Surgical management in chronic mesenteric ischemia (CMI).
CMI is mainly secondary to atherosclerotic disease of the mesenteric arteries (superior and inferior mesenteric arteries, celiac trunk). Its incidence is about 1-2% of all abdominal pathologies. Because of excellent collaterals, extensive chronic occlusive processes of the mesenteric arteries will be compensated for a long time and remain asymptomatic. The disease usually manifests once at least two arteries have been affected. The intestinal artery causing the symptoms is the superior mesenteric artery, which is involved in 85% of all cases. The problem in CMI is primarily its progression, which ultimately results in collateral circulation failure and fatal mesenteric infarction with high mortality ("acute upon chronic visceral ischemia").
A characteristic feature is calcification close to the aorta, which obstructs the inflow into the otherwise still healthy arterial distribution. Occlusions far from the arterial origin or over a long distance are less common and indicate other metabolic diseases (diabetes, chronic renal failure, amyloidosis).
Akin to the Fontaine classification [1], the clinical presentation of CMI is classified into 4 stages:
Stage I: | Asymptomatic, but evidence of pathology |
Stage II | Intermittent abdominal pain (abdominal claudication, intestinal angina) |
Stage III | Abdominal pain at rest |
Stage IV | Ischemic tissue death (mesenteric infarction) |
In stage II and III the indication for treatment is absolute.
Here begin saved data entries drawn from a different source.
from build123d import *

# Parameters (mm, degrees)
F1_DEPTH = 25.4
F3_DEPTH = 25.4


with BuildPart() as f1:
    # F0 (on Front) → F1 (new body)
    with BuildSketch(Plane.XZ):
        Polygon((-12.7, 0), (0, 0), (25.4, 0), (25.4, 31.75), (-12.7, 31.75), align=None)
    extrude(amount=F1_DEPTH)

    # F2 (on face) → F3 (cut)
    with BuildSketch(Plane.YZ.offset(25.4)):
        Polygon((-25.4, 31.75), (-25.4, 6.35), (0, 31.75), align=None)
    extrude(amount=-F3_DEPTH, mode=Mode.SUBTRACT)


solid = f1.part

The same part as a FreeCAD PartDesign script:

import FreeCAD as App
import Part
import Sketcher
from FreeCAD import Vector
Q = App.Units.Quantity


def add_polygon(sketch, points):
    """Adds a closed chain of lines whose ends are joined by coincident constraints."""
    first, n = sketch.GeometryCount, len(points)
    for a, b in zip(points, points[1:] + points[:1]):
        sketch.addGeometry(Part.LineSegment(App.Vector(*a, 0), App.Vector(*b, 0)), False)
    for i in range(n):
        sketch.addConstraint(Sketcher.Constraint("Coincident", first + i, 2, first + (i + 1) % n, 1))

doc = App.newDocument("Part")
body = doc.addObject("PartDesign::Body", "Body")

# Sketch on XZ plane
sketch1 = body.newObject("Sketcher::SketchObject", "Sketch")
sketch1.AttachmentSupport = (doc.getObject("XZ_Plane"), [""])
sketch1.MapMode = "FlatFace"
add_polygon(sketch1, [(-13, 0), (25, 0), (25, 32), (-13, 32)])  # lines 0-3
sketch1.addConstraint([
    Sketcher.Constraint("Horizontal", 0),
    Sketcher.Constraint("Vertical", 1),
    Sketcher.Constraint("Horizontal", 2),
    Sketcher.Constraint("Vertical", 3),
    Sketcher.Constraint("PointOnObject", 0, 2, -1),
    Sketcher.Constraint("DistanceX", 0, 1, 0, 2, Q("1.5 in")),
    Sketcher.Constraint("DistanceX", -1, 1, 0, 2, Q("1 in")),
    Sketcher.Constraint("DistanceY", 1, 1, 1, 2, Q("1.25 in")),
])
pad1 = body.newObject("PartDesign::Pad", "Pad")
pad1.Profile = sketch1
pad1.Length = Q("1 in")

# Sketch on YZ plane
sketch2 = body.newObject("Sketcher::SketchObject", "Sketch001")
sketch2.AttachmentSupport = (doc.getObject("YZ_Plane"), [""])
sketch2.MapMode = "FlatFace"
sketch2.AttachmentOffset = App.Placement(Vector(0, 0, 1 * 25.4), App.Rotation())
add_polygon(sketch2, [(-25, 32), (-25, 6), (0, 32)])  # lines 0-2
sketch2.addConstraint([
    Sketcher.Constraint("Vertical", 0),
    Sketcher.Constraint("Horizontal", 2),
    Sketcher.Constraint("PointOnObject", 1, 2, -2),
    Sketcher.Constraint("Equal", 2, 0),
    Sketcher.Constraint("DistanceX", 2, 2, 2, 1, Q("1 in")),
    Sketcher.Constraint("DistanceY", -1, 1, 0, 2, Q("0.25 in")),
])
pocket1 = body.newObject("PartDesign::Pocket", "Pocket")
pocket1.Profile = sketch2
pocket1.Length = Q("1 in")

doc.recompute()
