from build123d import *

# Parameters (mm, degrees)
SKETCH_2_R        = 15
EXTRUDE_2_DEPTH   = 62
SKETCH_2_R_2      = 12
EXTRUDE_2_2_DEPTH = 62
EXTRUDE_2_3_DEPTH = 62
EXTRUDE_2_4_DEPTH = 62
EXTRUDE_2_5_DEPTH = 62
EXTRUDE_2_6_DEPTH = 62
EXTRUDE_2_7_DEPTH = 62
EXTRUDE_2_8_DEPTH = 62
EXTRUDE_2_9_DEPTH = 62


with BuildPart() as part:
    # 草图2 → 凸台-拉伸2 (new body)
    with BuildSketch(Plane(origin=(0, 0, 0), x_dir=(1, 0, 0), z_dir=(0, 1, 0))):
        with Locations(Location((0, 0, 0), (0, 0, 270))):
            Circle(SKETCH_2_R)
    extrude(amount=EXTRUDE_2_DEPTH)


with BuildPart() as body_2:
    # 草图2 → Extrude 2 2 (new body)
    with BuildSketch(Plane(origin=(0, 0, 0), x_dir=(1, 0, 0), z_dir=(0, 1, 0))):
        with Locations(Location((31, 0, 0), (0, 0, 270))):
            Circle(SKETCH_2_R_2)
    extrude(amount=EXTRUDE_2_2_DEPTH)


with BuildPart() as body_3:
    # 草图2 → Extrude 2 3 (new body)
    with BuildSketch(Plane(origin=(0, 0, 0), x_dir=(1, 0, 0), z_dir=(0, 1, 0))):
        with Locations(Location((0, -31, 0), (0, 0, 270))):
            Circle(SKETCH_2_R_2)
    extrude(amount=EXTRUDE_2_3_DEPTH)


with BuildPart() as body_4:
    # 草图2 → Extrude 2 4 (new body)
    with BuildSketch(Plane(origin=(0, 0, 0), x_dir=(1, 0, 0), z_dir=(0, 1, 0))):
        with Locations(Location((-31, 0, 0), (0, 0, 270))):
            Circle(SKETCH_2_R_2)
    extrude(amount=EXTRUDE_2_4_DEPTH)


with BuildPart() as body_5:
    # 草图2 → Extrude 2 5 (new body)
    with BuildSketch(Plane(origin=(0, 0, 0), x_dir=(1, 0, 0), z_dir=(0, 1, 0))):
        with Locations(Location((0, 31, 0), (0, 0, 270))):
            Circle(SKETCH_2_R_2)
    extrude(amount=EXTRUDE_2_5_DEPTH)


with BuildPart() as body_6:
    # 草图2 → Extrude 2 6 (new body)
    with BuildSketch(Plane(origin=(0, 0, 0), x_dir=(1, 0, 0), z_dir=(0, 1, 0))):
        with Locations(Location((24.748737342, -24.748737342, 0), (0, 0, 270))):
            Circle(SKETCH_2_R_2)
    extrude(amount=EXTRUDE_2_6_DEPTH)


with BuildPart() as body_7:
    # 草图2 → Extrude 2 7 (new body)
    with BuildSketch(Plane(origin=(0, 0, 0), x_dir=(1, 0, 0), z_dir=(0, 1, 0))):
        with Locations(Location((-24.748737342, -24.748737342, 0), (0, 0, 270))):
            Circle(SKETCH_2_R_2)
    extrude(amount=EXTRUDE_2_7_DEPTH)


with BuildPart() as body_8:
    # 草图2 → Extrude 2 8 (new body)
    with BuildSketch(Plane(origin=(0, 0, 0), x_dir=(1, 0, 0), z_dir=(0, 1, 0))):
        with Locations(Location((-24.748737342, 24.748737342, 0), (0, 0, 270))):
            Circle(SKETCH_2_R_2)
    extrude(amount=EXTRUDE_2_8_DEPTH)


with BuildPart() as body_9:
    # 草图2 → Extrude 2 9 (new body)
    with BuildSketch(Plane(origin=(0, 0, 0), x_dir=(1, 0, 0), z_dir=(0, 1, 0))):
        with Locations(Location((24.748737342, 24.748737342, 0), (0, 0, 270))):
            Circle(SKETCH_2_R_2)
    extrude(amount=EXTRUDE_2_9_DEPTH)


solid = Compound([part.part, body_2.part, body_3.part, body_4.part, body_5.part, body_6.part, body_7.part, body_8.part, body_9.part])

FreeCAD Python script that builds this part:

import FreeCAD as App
import Part
import Sketcher

V = App.Vector

doc = App.newDocument("Part")
body = doc.addObject("PartDesign::Body", "Body")

# Sketch on XZ plane
sketch1 = body.newObject("Sketcher::SketchObject", "Sketch")
sketch1.AttachmentSupport = (doc.getObject("XZ_Plane"), [""])
sketch1.MapMode = "FlatFace"
sketch1.addGeometry(Part.Circle(V(0, 0, 0), V(0, 0, 1), 15), False)
sketch1.addConstraint(Sketcher.Constraint("Coincident", 0, 3, -1, 1))
sketch1.addConstraint(Sketcher.Constraint("Diameter", 0, 30.0))
pad1 = body.newObject("PartDesign::Pad", "Pad")
pad1.Profile = sketch1
pad1.Length = 62
pad1.Reversed = True
body2 = doc.addObject("PartDesign::Body", "Body001")

# Sketch on XZ plane
sketch2 = body2.newObject("Sketcher::SketchObject", "Sketch001")
sketch2.AttachmentSupport = (doc.getObject("XZ_Plane001"), [""])
sketch2.MapMode = "FlatFace"
sketch2.addGeometry(Part.Circle(V(31, 0, 0), V(0, 0, 1), 12), False)
sketch2.addConstraint(Sketcher.Constraint("PointOnObject", 0, 3, -1))
sketch2.addConstraint(Sketcher.Constraint("Diameter", 0, 24.0))
sketch2.addConstraint(Sketcher.Constraint("DistanceX", -1, 1, 0, 3, 31.0))
pad2 = body2.newObject("PartDesign::Pad", "Pad001")
pad2.Profile = sketch2
pad2.Length = 62
pad2.Reversed = True
body3 = doc.addObject("PartDesign::Body", "Body002")

# Sketch on XZ plane
sketch3 = body3.newObject("Sketcher::SketchObject", "Sketch002")
sketch3.AttachmentSupport = (doc.getObject("XZ_Plane002"), [""])
sketch3.MapMode = "FlatFace"
sketch3.addGeometry(Part.Circle(V(0, 31, 0), V(0, 0, 1), 12), False)
sketch3.addConstraint(Sketcher.Constraint("PointOnObject", 0, 3, -2))
sketch3.addConstraint(Sketcher.Constraint("Diameter", 0, 24.0))
sketch3.addConstraint(Sketcher.Constraint("DistanceY", -1, 1, 0, 3, 31.0))
pad3 = body3.newObject("PartDesign::Pad", "Pad002")
pad3.Profile = sketch3
pad3.Length = 62
pad3.Reversed = True
body4 = doc.addObject("PartDesign::Body", "Body003")

# Sketch on XZ plane
sketch4 = body4.newObject("Sketcher::SketchObject", "Sketch003")
sketch4.AttachmentSupport = (doc.getObject("XZ_Plane003"), [""])
sketch4.MapMode = "FlatFace"
sketch4.addGeometry(Part.Circle(V(-31, 0, 0), V(0, 0, 1), 12), False)
sketch4.addConstraint(Sketcher.Constraint("PointOnObject", 0, 3, -1))
sketch4.addConstraint(Sketcher.Constraint("Diameter", 0, 24.0))
sketch4.addConstraint(Sketcher.Constraint("DistanceX", 0, 3, -1, 1, 31.0))
pad4 = body4.newObject("PartDesign::Pad", "Pad003")
pad4.Profile = sketch4
pad4.Length = 62
pad4.Reversed = True
body5 = doc.addObject("PartDesign::Body", "Body004")

# Sketch on XZ plane
sketch5 = body5.newObject("Sketcher::SketchObject", "Sketch004")
sketch5.AttachmentSupport = (doc.getObject("XZ_Plane004"), [""])
sketch5.MapMode = "FlatFace"
sketch5.addGeometry(Part.Circle(V(0, -31, 0), V(0, 0, 1), 12), False)
sketch5.addConstraint(Sketcher.Constraint("PointOnObject", 0, 3, -2))
sketch5.addConstraint(Sketcher.Constraint("Diameter", 0, 24.0))
sketch5.addConstraint(Sketcher.Constraint("DistanceY", 0, 3, -1, 1, 31.0))
pad5 = body5.newObject("PartDesign::Pad", "Pad004")
pad5.Profile = sketch5
pad5.Length = 62
pad5.Reversed = True
body6 = doc.addObject("PartDesign::Body", "Body005")

# Sketch on XZ plane
sketch6 = body6.newObject("Sketcher::SketchObject", "Sketch005")
sketch6.AttachmentSupport = (doc.getObject("XZ_Plane005"), [""])
sketch6.MapMode = "FlatFace"
sketch6.addGeometry(Part.Circle(V(25, 25, 0), V(0, 0, 1), 12), False)
sketch6.addConstraint(Sketcher.Constraint("Diameter", 0, 24.0))
sketch6.addConstraint(Sketcher.Constraint("DistanceX", -1, 1, 0, 3, 24.748737))
sketch6.addConstraint(Sketcher.Constraint("DistanceY", -1, 1, 0, 3, 24.748737))
pad6 = body6.newObject("PartDesign::Pad", "Pad005")
pad6.Profile = sketch6
pad6.Length = 62
pad6.Reversed = True
body7 = doc.addObject("PartDesign::Body", "Body006")

# Sketch on XZ plane
sketch7 = body7.newObject("Sketcher::SketchObject", "Sketch006")
sketch7.AttachmentSupport = (doc.getObject("XZ_Plane006"), [""])
sketch7.MapMode = "FlatFace"
sketch7.addGeometry(Part.Circle(V(-25, 25, 0), V(0, 0, 1), 12), False)
sketch7.addConstraint(Sketcher.Constraint("Diameter", 0, 24.0))
sketch7.addConstraint(Sketcher.Constraint("DistanceX", 0, 3, -1, 1, 24.748737))
sketch7.addConstraint(Sketcher.Constraint("DistanceY", -1, 1, 0, 3, 24.748737))
pad7 = body7.newObject("PartDesign::Pad", "Pad006")
pad7.Profile = sketch7
pad7.Length = 62
pad7.Reversed = True
body8 = doc.addObject("PartDesign::Body", "Body007")

# Sketch on XZ plane
sketch8 = body8.newObject("Sketcher::SketchObject", "Sketch007")
sketch8.AttachmentSupport = (doc.getObject("XZ_Plane007"), [""])
sketch8.MapMode = "FlatFace"
sketch8.addGeometry(Part.Circle(V(-25, -25, 0), V(0, 0, 1), 12), False)
sketch8.addConstraint(Sketcher.Constraint("Diameter", 0, 24.0))
sketch8.addConstraint(Sketcher.Constraint("DistanceX", 0, 3, -1, 1, 24.748737))
sketch8.addConstraint(Sketcher.Constraint("DistanceY", 0, 3, -1, 1, 24.748737))
pad8 = body8.newObject("PartDesign::Pad", "Pad007")
pad8.Profile = sketch8
pad8.Length = 62
pad8.Reversed = True
body9 = doc.addObject("PartDesign::Body", "Body008")

# Sketch on XZ plane
sketch9 = body9.newObject("Sketcher::SketchObject", "Sketch008")
sketch9.AttachmentSupport = (doc.getObject("XZ_Plane008"), [""])
sketch9.MapMode = "FlatFace"
sketch9.addGeometry(Part.Circle(V(25, -25, 0), V(0, 0, 1), 12), False)
sketch9.addConstraint(Sketcher.Constraint("Diameter", 0, 24.0))
sketch9.addConstraint(Sketcher.Constraint("DistanceX", -1, 1, 0, 3, 24.748737))
sketch9.addConstraint(Sketcher.Constraint("DistanceY", 0, 3, -1, 1, 24.748737))
pad9 = body9.newObject("PartDesign::Pad", "Pad008")
pad9.Profile = sketch9
pad9.Length = 62
pad9.Reversed = True

doc.recompute()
In asymptomatic patients (stage I) there is no indication for treatment, but patients should be followed up closely. Exceptions include asymptomatic patients eligible for concurrent intestinal artery repair in aortic aneurysm or aortoiliac occlusive disease.
Endovascular vs. open revascularization (ER vs. OR).
A systematic literature review of CMI management comprising 43 papers with 1795 patients was presented in 2013.[2] Perioperative morbidity and mortality were lower with ER than with OR, and there were no differences in survival between both procedures. In the OR group, primary and secondary patency rates were better and the recurrence rate was lower. The authors recommended ER as the first-line treatment in most patients with CMI, and OR should be limited to those patients who are either ineligible for ER or have low surgical risk and long life expectancy.
The first meta-analysis comparing ER versus OR dates back to 2015.[3] A total of 4255 patients underwent primary ER and 3110 primary OR. There was no statistically significant difference between both procedures for 30-day survival, postoperative complication rate, and long-term mortality. In contrast, the long-term patency rates clearly revealed the superiority of OR, which is why the authors of the meta-analysis referred to the open procedure as the gold standard in CMI, but still emphasized the benefits of initial management with ER because of its minimally invasive nature.
In the Nationwide Inpatient Sample (NIS) database from 2000 to 2012, Zettervall et al. found a total of 14,811 revascularizations for CMI in 2017, of which 10,453 were performed by ER and 4358 by OR.[4] Over the period studied, ER increased from 0.6 to 4.5/million population, while OR remained largely constant at 1-1.1/million population. At the same time, annual mortality due to CMI remained stable at 0.6-0.7 deaths/million population over the observation period. The figures show that with stable OR rates, ER in CMI increased significantly without affecting population-based mortality due to CMI.
Another analysis of the 2017 NIS database examined 4150 patients with CMI treated between 2007 and 2014 by endovascular (3206 = 77.2%) or open repair (944 = 22.8%).[5] After ER, the rate of severe cerebral and cardiac events and complications was significantly lower than after OR. In addition, ER was associated with lower costsand shorter hospital stay.
A series comparing OR with ER was published by the Mayo Clinic.[6] 187 patients underwent OR and 156 underwent ER. The follow-up period was 96 ± 54 months. Early mortality was almost identical at 2.7% (OR) and 2.6% (ER). Long-term survival was critically affected by patient comorbidities and revealed no significant difference between both groups: Five-year survival with OR 60%, with ER 57%. The authors concluded that it was not the type of revascularization that was critical for long-term outcome, but patient age, diabetes, and renal failure.
Between 2008 and 2012, Zacharias et al. treated a total of 215 vessels for CMI in 161 patients.[7] 116 patients (72%) underwent ER, and 45 (28%) underwent OR. Overall perioperative mortality was 6, 8%, and primary patency at 3 years was significantly higher for OR (91%) than ER (74%). Long-term survival on the other hand was significantly higher after ER (95%) than after OR (78%). While the perioperative mortality did not differ significantly, the length of stay in hospital after ER was significantly shorter but associated with a higher rate of restenosis when compared with OR. ER benefited most patients with short lesions ≤ 2 cm and a higher surgical risk, while OR benefited patients with marked changes in the abdominal aorta and long lesions > 2 cm near the origins of the celiac trunk and superior mesenteric artery.